Would need to be quite good quality & fairly unhackable. Not keen on cloud based only storage, but the only options seem to be that and/or sim card.
I have no real idea what's available and at what sort of money, and am looking to learn.
Thanks


----------



## wafter (14 Oct 2022)

I know naff all about this, but my gaffer does and we fit Hikvision stuff at work. Probably a good place to start if nowt else..


----------



## FrothNinja (14 Oct 2022)

wafter said:


> I know naff all about this, but my gaffer does and we fit Hikvision stuff at work. Probably a good place to start if nowt else..



Ta


----------



## wafter (14 Oct 2022)

No worries!

I think the hikvision stuff is all ethernet-based stuff / IP cameras. If you wanted to do it on the cheap you're probably looking at cameras connected to the DVR via Co-ax cable instead.

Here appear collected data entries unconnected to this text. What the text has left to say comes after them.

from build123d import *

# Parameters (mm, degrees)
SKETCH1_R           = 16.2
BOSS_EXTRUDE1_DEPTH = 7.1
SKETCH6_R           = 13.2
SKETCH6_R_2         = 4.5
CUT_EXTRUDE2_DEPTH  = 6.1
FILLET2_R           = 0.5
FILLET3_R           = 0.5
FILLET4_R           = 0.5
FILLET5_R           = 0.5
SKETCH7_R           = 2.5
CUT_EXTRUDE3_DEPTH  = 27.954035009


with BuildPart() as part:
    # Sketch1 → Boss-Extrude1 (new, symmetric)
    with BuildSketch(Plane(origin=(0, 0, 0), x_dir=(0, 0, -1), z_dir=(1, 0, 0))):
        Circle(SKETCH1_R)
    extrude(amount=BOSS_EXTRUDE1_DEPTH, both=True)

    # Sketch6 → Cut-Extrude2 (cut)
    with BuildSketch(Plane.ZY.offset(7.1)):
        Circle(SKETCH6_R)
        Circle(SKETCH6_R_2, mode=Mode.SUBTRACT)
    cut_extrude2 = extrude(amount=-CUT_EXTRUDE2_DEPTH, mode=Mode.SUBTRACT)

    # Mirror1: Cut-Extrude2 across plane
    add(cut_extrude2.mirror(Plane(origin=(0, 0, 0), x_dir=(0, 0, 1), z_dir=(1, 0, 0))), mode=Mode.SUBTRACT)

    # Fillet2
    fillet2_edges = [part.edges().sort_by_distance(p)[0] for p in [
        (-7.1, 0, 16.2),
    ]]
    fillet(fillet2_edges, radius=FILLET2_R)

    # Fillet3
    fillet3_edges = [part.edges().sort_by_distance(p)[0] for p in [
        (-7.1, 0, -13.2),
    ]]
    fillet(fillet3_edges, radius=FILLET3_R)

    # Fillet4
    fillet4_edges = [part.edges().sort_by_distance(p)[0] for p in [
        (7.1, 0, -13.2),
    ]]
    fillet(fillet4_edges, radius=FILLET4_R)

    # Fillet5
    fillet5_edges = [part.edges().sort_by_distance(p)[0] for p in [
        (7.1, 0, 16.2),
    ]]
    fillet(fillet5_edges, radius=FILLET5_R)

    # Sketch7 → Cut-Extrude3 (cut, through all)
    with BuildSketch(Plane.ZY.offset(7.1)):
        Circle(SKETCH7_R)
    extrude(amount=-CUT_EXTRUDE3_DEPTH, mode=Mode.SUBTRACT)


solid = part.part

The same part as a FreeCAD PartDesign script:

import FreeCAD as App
import Part
import Sketcher
from FreeCAD import Vector


def edges_at(feature, points):
    """Names of the edges that pass closest to the given points."""
    edges = feature.Shape.Edges
    near = lambda p: min(range(len(edges)), key=lambda i: edges[i].distToShape(Part.Vertex(*p))[0])
    return sorted({f"Edge{near(p) + 1}" for p in points})

doc = App.newDocument("Part")
params = doc.addObject("Spreadsheet::Sheet", "Params")
for row, (alias, value) in enumerate([
    ("sketch1_diameter", "32.4 mm"),
    ("pad1_length", "14.2 mm"),
    ("sketch2_diameter", "9 mm"),
    ("sketch2_diameter2", "26.4 mm"),
    ("pocket1_length", "6.1 mm"),
    ("fillet_radius", "0.5 mm"),
    ("fillet2_radius", "0.5 mm"),
    ("fillet3_radius", "0.5 mm"),
    ("fillet4_radius", "0.5 mm"),
    ("sketch3_diameter", "5 mm"),
], start=1):
    params.set(f"A{row}", alias)
    params.set(f"B{row}", "=" + value)
    params.setAlias(f"B{row}", alias)

body = doc.addObject("PartDesign::Body", "Body")

sketch1 = body.newObject("Sketcher::SketchObject", "Sketch")
sketch1.AttachmentSupport = (doc.getObject("YZ_Plane"), [""])
sketch1.MapMode = "FlatFace"
sketch1.addGeometry(Part.Circle(Vector(0, 0, 0), Vector(0, 0, 1), 16), False)
sketch1.addConstraint([
    Sketcher.Constraint("Coincident", 0, 3, -1, 1),
    Sketcher.Constraint("Diameter", 0, 32.4),
])
sketch1.setExpression("Constraints[1]", "Params.sketch1_diameter")
pad1 = body.newObject("PartDesign::Pad", "Pad")
pad1.Profile = sketch1
pad1.setExpression("Length", "Params.pad1_length")
pad1.Midplane = True

sketch2 = body.newObject("Sketcher::SketchObject", "Sketch001")
sketch2.AttachmentSupport = (doc.getObject("YZ_Plane"), [""])
sketch2.MapMode = "FlatFace"
sketch2.AttachmentOffset = App.Placement(Vector(0, 0, -7.1), App.Rotation())
sketch2.addGeometry([
    Part.Circle(Vector(0, 0, 0), Vector(0, 0, 1), 13.2),
    Part.Circle(Vector(0, 0, 0), Vector(0, 0, 1), 4.5),
], False)
sketch2.addConstraint([
    Sketcher.Constraint("Coincident", 0, 3, -1, 1),
    Sketcher.Constraint("Coincident", 1, 3, -1, 1),
    Sketcher.Constraint("Diameter", 1, 9.0),
    Sketcher.Constraint("Diameter", 0, 26.4),
])
sketch2.setExpression("Constraints[2]", "Params.sketch2_diameter")
sketch2.setExpression("Constraints[3]", "Params.sketch2_diameter2")
pocket1 = body.newObject("PartDesign::Pocket", "Pocket")
pocket1.Profile = sketch2
pocket1.setExpression("Length", "Params.pocket1_length")
pocket1.Reversed = True
doc.recompute()

mirrored = body.newObject("PartDesign::Mirrored", "Mirrored")
mirrored.Originals = [pocket1]
mirrored.MirrorPlane = (doc.getObject("YZ_Plane"), [""])
body.Tip = mirrored
doc.recompute()

fillet = body.newObject("PartDesign::Fillet", "Fillet")
fillet.Base = (mirrored, edges_at(mirrored, [(-7.1, 0, 16.2)]))
fillet.setExpression("Radius", "Params.fillet_radius")
doc.recompute()

fillet2 = body.newObject("PartDesign::Fillet", "Fillet001")
fillet2.Base = (fillet, edges_at(fillet, [(-7.1, 0, -13.2)]))
fillet2.setExpression("Radius", "Params.fillet2_radius")
doc.recompute()

fillet3 = body.newObject("PartDesign::Fillet", "Fillet002")
fillet3.Base = (fillet2, edges_at(fillet2, [(7.1, 0, -13.2)]))
fillet3.setExpression("Radius", "Params.fillet3_radius")
doc.recompute()

fillet4 = body.newObject("PartDesign::Fillet", "Fillet003")
fillet4.Base = (fillet3, edges_at(fillet3, [(7.1, 0, 16.2)]))
fillet4.setExpression("Radius", "Params.fillet4_radius")

sketch3 = body.newObject("Sketcher::SketchObject", "Sketch002")
sketch3.AttachmentSupport = (doc.getObject("YZ_Plane"), [""])
sketch3.MapMode = "FlatFace"
sketch3.AttachmentOffset = App.Placement(Vector(0, 0, -7.1), App.Rotation())
sketch3.addGeometry(Part.Circle(Vector(0, 0, 0), Vector(0, 0, 1), 2.5), False)
sketch3.addConstraint([
    Sketcher.Constraint("Coincident", 0, 3, -1, 1),
    Sketcher.Constraint("Diameter", 0, 5.0),
])
sketch3.setExpression("Constraints[1]", "Params.sketch3_diameter")
pocket2 = body.newObject("PartDesign::Pocket", "Pocket001")
pocket2.Profile = sketch3
pocket2.Type = "ThroughAll"
pocket2.Reversed = True

doc.recompute()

I don't see why anything has to be cloud-based only; as far as I know you can just plug the cameras straight into a DVR and access that directly, or hook it up to the net to view it remotely. Cloud-based probably has its benefits (as it does with any other form of media) but if you're constantly uploading data it's probably going to cost you.

We do have an 8-channel Co-ax PSG DVR for sale as it happens (no cameras though), if your research leads you in this direction


----------